Tragedy struck again in 1767 when Webb was fourteen: his mother passed away.  His step-father, Silas Deane, was still a young man and in 1769 he married again, this time to Elizabeth Saltonstall, the granddaughter of former Gov. Gurdon Saltonstall of Connecticut (thus Samuel acquired his third “silver spoon”).  Silas and Elizabeth built a new home next door to the Webb family home (today both are restored and open to the public).  By then the Webb-Deane business empire was thriving.

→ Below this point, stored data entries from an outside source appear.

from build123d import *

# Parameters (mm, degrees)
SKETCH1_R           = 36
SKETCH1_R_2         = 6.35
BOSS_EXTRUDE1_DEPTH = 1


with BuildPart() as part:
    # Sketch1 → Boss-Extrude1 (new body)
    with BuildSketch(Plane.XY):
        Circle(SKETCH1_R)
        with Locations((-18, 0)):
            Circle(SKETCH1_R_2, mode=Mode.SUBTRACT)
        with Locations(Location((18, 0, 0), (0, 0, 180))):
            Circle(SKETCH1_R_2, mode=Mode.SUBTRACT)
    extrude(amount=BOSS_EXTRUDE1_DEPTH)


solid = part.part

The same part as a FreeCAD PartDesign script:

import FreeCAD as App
import Part
import Sketcher
from FreeCAD import Vector
Q = App.Units.Quantity

doc = App.newDocument("Part")
body = doc.addObject("PartDesign::Body", "Body")

sketch1 = doc.addObject("Sketcher::SketchObject", "Sketch")
body.addObject(sketch1)
sketch1.AttachmentSupport = (doc.XY_Plane, [""])
sketch1.MapMode = "FlatFace"
sketch1.addGeometry(Part.Circle(Vector(0, 0, 0), Vector(0, 0, 1), 36), False)
sketch1.addGeometry(Part.Circle(Vector(-18, 0, 0), Vector(0, 0, 1), 6.35), False)
sketch1.addGeometry(Part.Circle(Vector(18, 0, 0), Vector(0, 0, 1), 6.35), False)
sketch1.addConstraint(Sketcher.Constraint("Coincident", 0, 3, -1, 1))
sketch1.addConstraint(Sketcher.Constraint("Equal", 1, 2))
sketch1.addConstraint(Sketcher.Constraint("Symmetric", 1, 3, 2, 3, -1, 1))
sketch1.addConstraint(Sketcher.Constraint("PointOnObject", 1, 3, -1))
sketch1.addConstraint(Sketcher.Constraint("Diameter", 0, Q("72 mm")))
sketch1.addConstraint(Sketcher.Constraint("Diameter", 1, Q("12.7 mm")))
sketch1.addConstraint(Sketcher.Constraint("DistanceX", 1, 3, -1, 1, Q("18 mm")))
pad1 = doc.addObject("PartDesign::Pad", "Pad")
body.addObject(pad1)
pad1.Profile = sketch1
pad1.Length = 1

doc.recompute()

In 1772, young Samuel Webb’s adventures began.   At age nineteen he was dispatched to the Caribbean on the first of several highly successful voyages as the “factor” (business agent) for the family’s international trading business. While traveling, Webb began a life-long habit of writing engaging, informative letters to his family and friends.  As he departed for the Caribbean he sent the first letter of his life-long correspondence to his sisters, which read in part:[5]

 New London, CT
Dec. 13, 1772

My ever dear sisters:

Is it possible?  Can it be that I am to leave my native shore?  That I am not to see, nor hear from you this winter ….

It is now almost a week since I have been here with my horses on board (for trading), ready to put to sea.  But, the winds have been contrary, and the old seamen have not liked the looks of the weather.  This evening the wind shifted to Northwest and no doubt we shall put to sea in the morning.  Three or four days of sickness is what I expect when I first go out; happy shall I think myself if no other sickness attends me than seasickness.

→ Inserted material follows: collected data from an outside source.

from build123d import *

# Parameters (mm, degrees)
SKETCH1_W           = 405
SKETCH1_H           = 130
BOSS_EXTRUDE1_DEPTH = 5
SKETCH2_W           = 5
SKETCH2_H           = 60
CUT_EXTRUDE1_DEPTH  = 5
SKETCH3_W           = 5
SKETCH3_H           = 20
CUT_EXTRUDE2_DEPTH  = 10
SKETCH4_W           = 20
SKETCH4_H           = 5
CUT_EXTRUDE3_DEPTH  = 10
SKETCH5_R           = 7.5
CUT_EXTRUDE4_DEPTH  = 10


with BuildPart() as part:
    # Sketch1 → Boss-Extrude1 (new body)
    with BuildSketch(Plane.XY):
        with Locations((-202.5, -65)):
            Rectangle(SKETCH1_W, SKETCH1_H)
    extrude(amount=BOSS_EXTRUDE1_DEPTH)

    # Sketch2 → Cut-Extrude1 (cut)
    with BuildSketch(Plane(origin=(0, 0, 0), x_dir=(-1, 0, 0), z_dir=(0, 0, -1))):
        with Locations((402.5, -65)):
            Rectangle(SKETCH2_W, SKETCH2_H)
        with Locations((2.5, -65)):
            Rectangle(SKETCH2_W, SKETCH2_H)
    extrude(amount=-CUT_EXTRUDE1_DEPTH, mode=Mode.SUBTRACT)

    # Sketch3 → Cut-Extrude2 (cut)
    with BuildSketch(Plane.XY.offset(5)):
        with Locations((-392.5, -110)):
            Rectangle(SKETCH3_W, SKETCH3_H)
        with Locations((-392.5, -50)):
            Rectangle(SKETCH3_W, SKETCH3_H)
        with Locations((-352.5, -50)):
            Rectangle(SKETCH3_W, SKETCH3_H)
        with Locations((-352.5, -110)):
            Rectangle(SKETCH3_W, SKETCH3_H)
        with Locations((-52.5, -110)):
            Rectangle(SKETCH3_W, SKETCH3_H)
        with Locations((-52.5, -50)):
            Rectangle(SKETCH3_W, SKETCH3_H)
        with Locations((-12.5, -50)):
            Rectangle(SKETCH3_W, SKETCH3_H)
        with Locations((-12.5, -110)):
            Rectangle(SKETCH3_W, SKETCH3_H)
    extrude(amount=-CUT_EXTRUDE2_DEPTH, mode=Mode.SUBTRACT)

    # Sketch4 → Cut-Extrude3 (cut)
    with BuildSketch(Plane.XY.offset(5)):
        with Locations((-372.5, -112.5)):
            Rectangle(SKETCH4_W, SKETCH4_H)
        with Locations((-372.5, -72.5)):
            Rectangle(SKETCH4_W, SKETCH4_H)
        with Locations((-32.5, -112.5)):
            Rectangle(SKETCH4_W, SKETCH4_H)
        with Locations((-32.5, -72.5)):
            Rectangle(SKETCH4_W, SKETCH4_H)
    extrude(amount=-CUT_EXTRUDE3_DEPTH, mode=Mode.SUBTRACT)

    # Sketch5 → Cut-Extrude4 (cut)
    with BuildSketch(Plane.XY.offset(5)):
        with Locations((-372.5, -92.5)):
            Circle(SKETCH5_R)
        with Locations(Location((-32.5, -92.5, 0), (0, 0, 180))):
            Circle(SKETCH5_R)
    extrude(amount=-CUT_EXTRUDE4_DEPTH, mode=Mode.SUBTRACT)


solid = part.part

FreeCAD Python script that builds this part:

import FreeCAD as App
import Part
import Sketcher
from FreeCAD import Vector

doc = App.newDocument("Part")
body = doc.addObject("PartDesign::Body", "Body")

# Sketch on XY plane
sketch1 = body.newObject("Sketcher::SketchObject", "Sketch")
sketch1.AttachmentSupport = (doc.getObject("XY_Plane"), [""])
sketch1.MapMode = "FlatFace"
sketch1.addGeometry([
    Part.LineSegment(Vector(-405, 0, 0), Vector(-405, -130, 0)),
    Part.LineSegment(Vector(-405, -130, 0), Vector(0, -130, 0)),
    Part.LineSegment(Vector(0, -130, 0), Vector(0, 0, 0)),
    Part.LineSegment(Vector(0, 0, 0), Vector(-405, 0, 0)),
], False)
sketch1.addConstraint([
    Sketcher.Constraint("Coincident", 0, 2, 1, 1),
    Sketcher.Constraint("Coincident", 1, 2, 2, 1),
    Sketcher.Constraint("Coincident", 2, 2, 3, 1),
    Sketcher.Constraint("Coincident", 3, 2, 0, 1),
    Sketcher.Constraint("Vertical", 0),
    Sketcher.Constraint("Horizontal", 1),
    Sketcher.Constraint("Vertical", 2),
    Sketcher.Constraint("Horizontal", 3),
    Sketcher.Constraint("Coincident", 2, 2, -1, 1),
    Sketcher.Constraint("DistanceX", 1, 1, 1, 2, 405.0),
    Sketcher.Constraint("DistanceY", 0, 2, 0, 1, 130.0),
])
pad1 = body.newObject("PartDesign::Pad", "Pad")
pad1.Profile = sketch1
pad1.Length = 5

# Sketch on XY plane
sketch2 = body.newObject("Sketcher::SketchObject", "Sketch001")
sketch2.AttachmentSupport = (doc.getObject("XY_Plane"), [""])
sketch2.MapMode = "FlatFace"
sketch2.addGeometry([
    Part.LineSegment(Vector(-400, -35, 0), Vector(-400, -95, 0)),  # 0
    Part.LineSegment(Vector(-400, -95, 0), Vector(-405, -95, 0)),  # 1
    Part.LineSegment(Vector(-405, -95, 0), Vector(-405, -35, 0)),  # 2
    Part.LineSegment(Vector(-405, -35, 0), Vector(-400, -35, 0)),  # 3
    Part.LineSegment(Vector(0, -35, 0), Vector(0, -95, 0)),  # 4
    Part.LineSegment(Vector(0, -95, 0), Vector(-5, -95, 0)),  # 5
    Part.LineSegment(Vector(-5, -95, 0), Vector(-5, -35, 0)),  # 6
    Part.LineSegment(Vector(-5, -35, 0), Vector(0, -35, 0)),  # 7
], False)
sketch2.addConstraint([
    Sketcher.Constraint("Coincident", 0, 2, 1, 1),
    Sketcher.Constraint("Coincident", 1, 2, 2, 1),
    Sketcher.Constraint("Coincident", 2, 2, 3, 1),
    Sketcher.Constraint("Coincident", 3, 2, 0, 1),
    Sketcher.Constraint("Coincident", 4, 2, 5, 1),
    Sketcher.Constraint("Coincident", 5, 2, 6, 1),
    Sketcher.Constraint("Coincident", 6, 2, 7, 1),
    Sketcher.Constraint("Coincident", 7, 2, 4, 1),
    Sketcher.Constraint("Vertical", 0),
    Sketcher.Constraint("Horizontal", 1),
    Sketcher.Constraint("Vertical", 2),
    Sketcher.Constraint("Horizontal", 3),
    Sketcher.Constraint("Vertical", 4),
    Sketcher.Constraint("Horizontal", 5),
    Sketcher.Constraint("Vertical", 6),
    Sketcher.Constraint("Horizontal", 7),
    Sketcher.Constraint("PointOnObject", 4, 2, -2),
    Sketcher.Constraint("Horizontal", 1, 2, 4, 2),
    Sketcher.Constraint("Horizontal", 3, 2, 6, 2),
    Sketcher.Constraint("Equal", 3, 5),
    Sketcher.Constraint("DistanceX", 1, 2, 1, 1, 5.0),
    Sketcher.Constraint("DistanceY", 0, 2, 0, 1, 60.0),
    Sketcher.Constraint("DistanceX", 0, 2, -1, 1, 400.0),
    Sketcher.Constraint("DistanceY", 0, 2, -1, 1, 95.0),
])
pocket1 = body.newObject("PartDesign::Pocket", "Pocket")
pocket1.Profile = sketch2
pocket1.Length = 5
pocket1.Reversed = True

# Sketch on XY plane
sketch3 = body.newObject("Sketcher::SketchObject", "Sketch002")
sketch3.AttachmentSupport = (doc.getObject("XY_Plane"), [""])
sketch3.MapMode = "FlatFace"
sketch3.AttachmentOffset = App.Placement(Vector(0, 0, 5), App.Rotation())
sketch3.addGeometry([
    Part.LineSegment(Vector(-395, -100, 0), Vector(-395, -120, 0)),  # 0
    Part.LineSegment(Vector(-395, -120, 0), Vector(-390, -120, 0)),  # 1
    Part.LineSegment(Vector(-390, -120, 0), Vector(-390, -100, 0)),  # 2
    Part.LineSegment(Vector(-390, -100, 0), Vector(-395, -100, 0)),  # 3
    Part.LineSegment(Vector(-395, -40, 0), Vector(-395, -60, 0)),  # 4
    Part.LineSegment(Vector(-395, -60, 0), Vector(-390, -60, 0)),  # 5
    Part.LineSegment(Vector(-390, -60, 0), Vector(-390, -40, 0)),  # 6
    Part.LineSegment(Vector(-390, -40, 0), Vector(-395, -40, 0)),  # 7
    Part.LineSegment(Vector(-355, -40, 0), Vector(-355, -60, 0)),  # 8
    Part.LineSegment(Vector(-355, -60, 0), Vector(-350, -60, 0)),  # 9
    Part.LineSegment(Vector(-350, -60, 0), Vector(-350, -40, 0)),  # 10
    Part.LineSegment(Vector(-350, -40, 0), Vector(-355, -40, 0)),  # 11
    Part.LineSegment(Vector(-355, -100, 0), Vector(-355, -120, 0)),  # 12
    Part.LineSegment(Vector(-355, -120, 0), Vector(-350, -120, 0)),  # 13
    Part.LineSegment(Vector(-350, -120, 0), Vector(-350, -100, 0)),  # 14
    Part.LineSegment(Vector(-350, -100, 0), Vector(-355, -100, 0)),  # 15
    Part.LineSegment(Vector(-55, -100, 0), Vector(-55, -120, 0)),  # 16
    Part.LineSegment(Vector(-55, -120, 0), Vector(-50, -120, 0)),  # 17
    Part.LineSegment(Vector(-50, -120, 0), Vector(-50, -100, 0)),  # 18
    Part.LineSegment(Vector(-50, -100, 0), Vector(-55, -100, 0)),  # 19
    Part.LineSegment(Vector(-55, -40, 0), Vector(-55, -60, 0)),  # 20
    Part.LineSegment(Vector(-55, -60, 0), Vector(-50, -60, 0)),  # 21
    Part.LineSegment(Vector(-50, -60, 0), Vector(-50, -40, 0)),  # 22
    Part.LineSegment(Vector(-50, -40, 0), Vector(-55, -40, 0)),  # 23
    Part.LineSegment(Vector(-15, -40, 0), Vector(-15, -60, 0)),  # 24
    Part.LineSegment(Vector(-15, -60, 0), Vector(-10, -60, 0)),  # 25
    Part.LineSegment(Vector(-10, -60, 0), Vector(-10, -40, 0)),  # 26
    Part.LineSegment(Vector(-10, -40, 0), Vector(-15, -40, 0)),  # 27
    Part.LineSegment(Vector(-15, -100, 0), Vector(-15, -120, 0)),  # 28
    Part.LineSegment(Vector(-15, -120, 0), Vector(-10, -120, 0)),  # 29
    Part.LineSegment(Vector(-10, -120, 0), Vector(-10, -100, 0)),  # 30
    Part.LineSegment(Vector(-10, -100, 0), Vector(-15, -100, 0)),  # 31
], False)
sketch3.addConstraint([
    Sketcher.Constraint("Coincident", 0, 2, 1, 1),
    Sketcher.Constraint("Coincident", 1, 2, 2, 1),
    Sketcher.Constraint("Coincident", 2, 2, 3, 1),
    Sketcher.Constraint("Coincident", 3, 2, 0, 1),
    Sketcher.Constraint("Coincident", 4, 2, 5, 1),
    Sketcher.Constraint("Coincident", 5, 2, 6, 1),
    Sketcher.Constraint("Coincident", 6, 2, 7, 1),
    Sketcher.Constraint("Coincident", 7, 2, 4, 1),
    Sketcher.Constraint("Coincident", 8, 2, 9, 1),
    Sketcher.Constraint("Coincident", 9, 2, 10, 1),
    Sketcher.Constraint("Coincident", 10, 2, 11, 1),
    Sketcher.Constraint("Coincident", 11, 2, 8, 1),
    Sketcher.Constraint("Coincident", 12, 2, 13, 1),
    Sketcher.Constraint("Coincident", 13, 2, 14, 1),
    Sketcher.Constraint("Coincident", 14, 2, 15, 1),
    Sketcher.Constraint("Coincident", 15, 2, 12, 1),
    Sketcher.Constraint("Coincident", 16, 2, 17, 1),
    Sketcher.Constraint("Coincident", 17, 2, 18, 1),
    Sketcher.Constraint("Coincident", 18, 2, 19, 1),
    Sketcher.Constraint("Coincident", 19, 2, 16, 1),
    Sketcher.Constraint("Coincident", 20, 2, 21, 1),
    Sketcher.Constraint("Coincident", 21, 2, 22, 1),
    Sketcher.Constraint("Coincident", 22, 2, 23, 1),
    Sketcher.Constraint("Coincident", 23, 2, 20, 1),
    Sketcher.Constraint("Coincident", 24, 2, 25, 1),
    Sketcher.Constraint("Coincident", 25, 2, 26, 1),
    Sketcher.Constraint("Coincident", 26, 2, 27, 1),
    Sketcher.Constraint("Coincident", 27, 2, 24, 1),
    Sketcher.Constraint("Coincident", 28, 2, 29, 1),
    Sketcher.Constraint("Coincident", 29, 2, 30, 1),
    Sketcher.Constraint("Coincident", 30, 2, 31, 1),
    Sketcher.Constraint("Coincident", 31, 2, 28, 1),
    Sketcher.Constraint("Vertical", 0),
    Sketcher.Constraint("Horizontal", 1),
    Sketcher.Constraint("Vertical", 2),
    Sketcher.Constraint("Horizontal", 3),
    Sketcher.Constraint("Vertical", 4),
    Sketcher.Constraint("Horizontal", 5),
    Sketcher.Constraint("Vertical", 6),
    Sketcher.Constraint("Horizontal", 7),
    Sketcher.Constraint("Vertical", 8),
    Sketcher.Constraint("Horizontal", 9),
    Sketcher.Constraint("Vertical", 10),
    Sketcher.Constraint("Horizontal", 11),
    Sketcher.Constraint("Vertical", 12),
    Sketcher.Constraint("Horizontal", 13),
    Sketcher.Constraint("Vertical", 14),
    Sketcher.Constraint("Horizontal", 15),
    Sketcher.Constraint("Vertical", 16),
    Sketcher.Constraint("Horizontal", 17),
    Sketcher.Constraint("Vertical", 18),
    Sketcher.Constraint("Horizontal", 19),
    Sketcher.Constraint("Vertical", 20),
    Sketcher.Constraint("Horizontal", 21),
    Sketcher.Constraint("Vertical", 22),
    Sketcher.Constraint("Horizontal", 23),
    Sketcher.Constraint("Vertical", 24),
    Sketcher.Constraint("Horizontal", 25),
    Sketcher.Constraint("Vertical", 26),
    Sketcher.Constraint("Horizontal", 27),
    Sketcher.Constraint("Vertical", 28),
    Sketcher.Constraint("Horizontal", 29),
    Sketcher.Constraint("Vertical", 30),
    Sketcher.Constraint("Horizontal", 31),
    Sketcher.Constraint("Horizontal", 5, 2, 8, 2),
    Sketcher.Constraint("Horizontal", 7, 2, 10, 2),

At present I feel in a pensive, melancholy mood ….  I am now going to amuse myself by going for a walk.

(PS) Dear Sisters it is not half an hours since I wrote.  My Captain calls, “Fair Wind,” and we must sail immediately.  This I write on board my vessel, the schooner Dolphin Captain Samuel Crowel Commander. 

Adieu my sisters.  May heaven bless and preserve you; (so) prays your affectionate brother Sam’l

On his first ocean venture, Webb was responsible for trading Connecticut horses, onions, lumber, and barrel staves for Caribbean sugar, molasses, and rum.  Upon arriving in Jamaica he found the market price for horses was particularly low because of a recent surge in imports.  Despite that annoyance, he was able to sell his entire cargo at a small profit.  Following that initial success, he was soon dispatched again and again with unusually good results.  By 1774 he was the “chief factor” for a pair of trading ships financed by his older brother, Joseph Webb III, Silas Deane, and other Connecticut investors.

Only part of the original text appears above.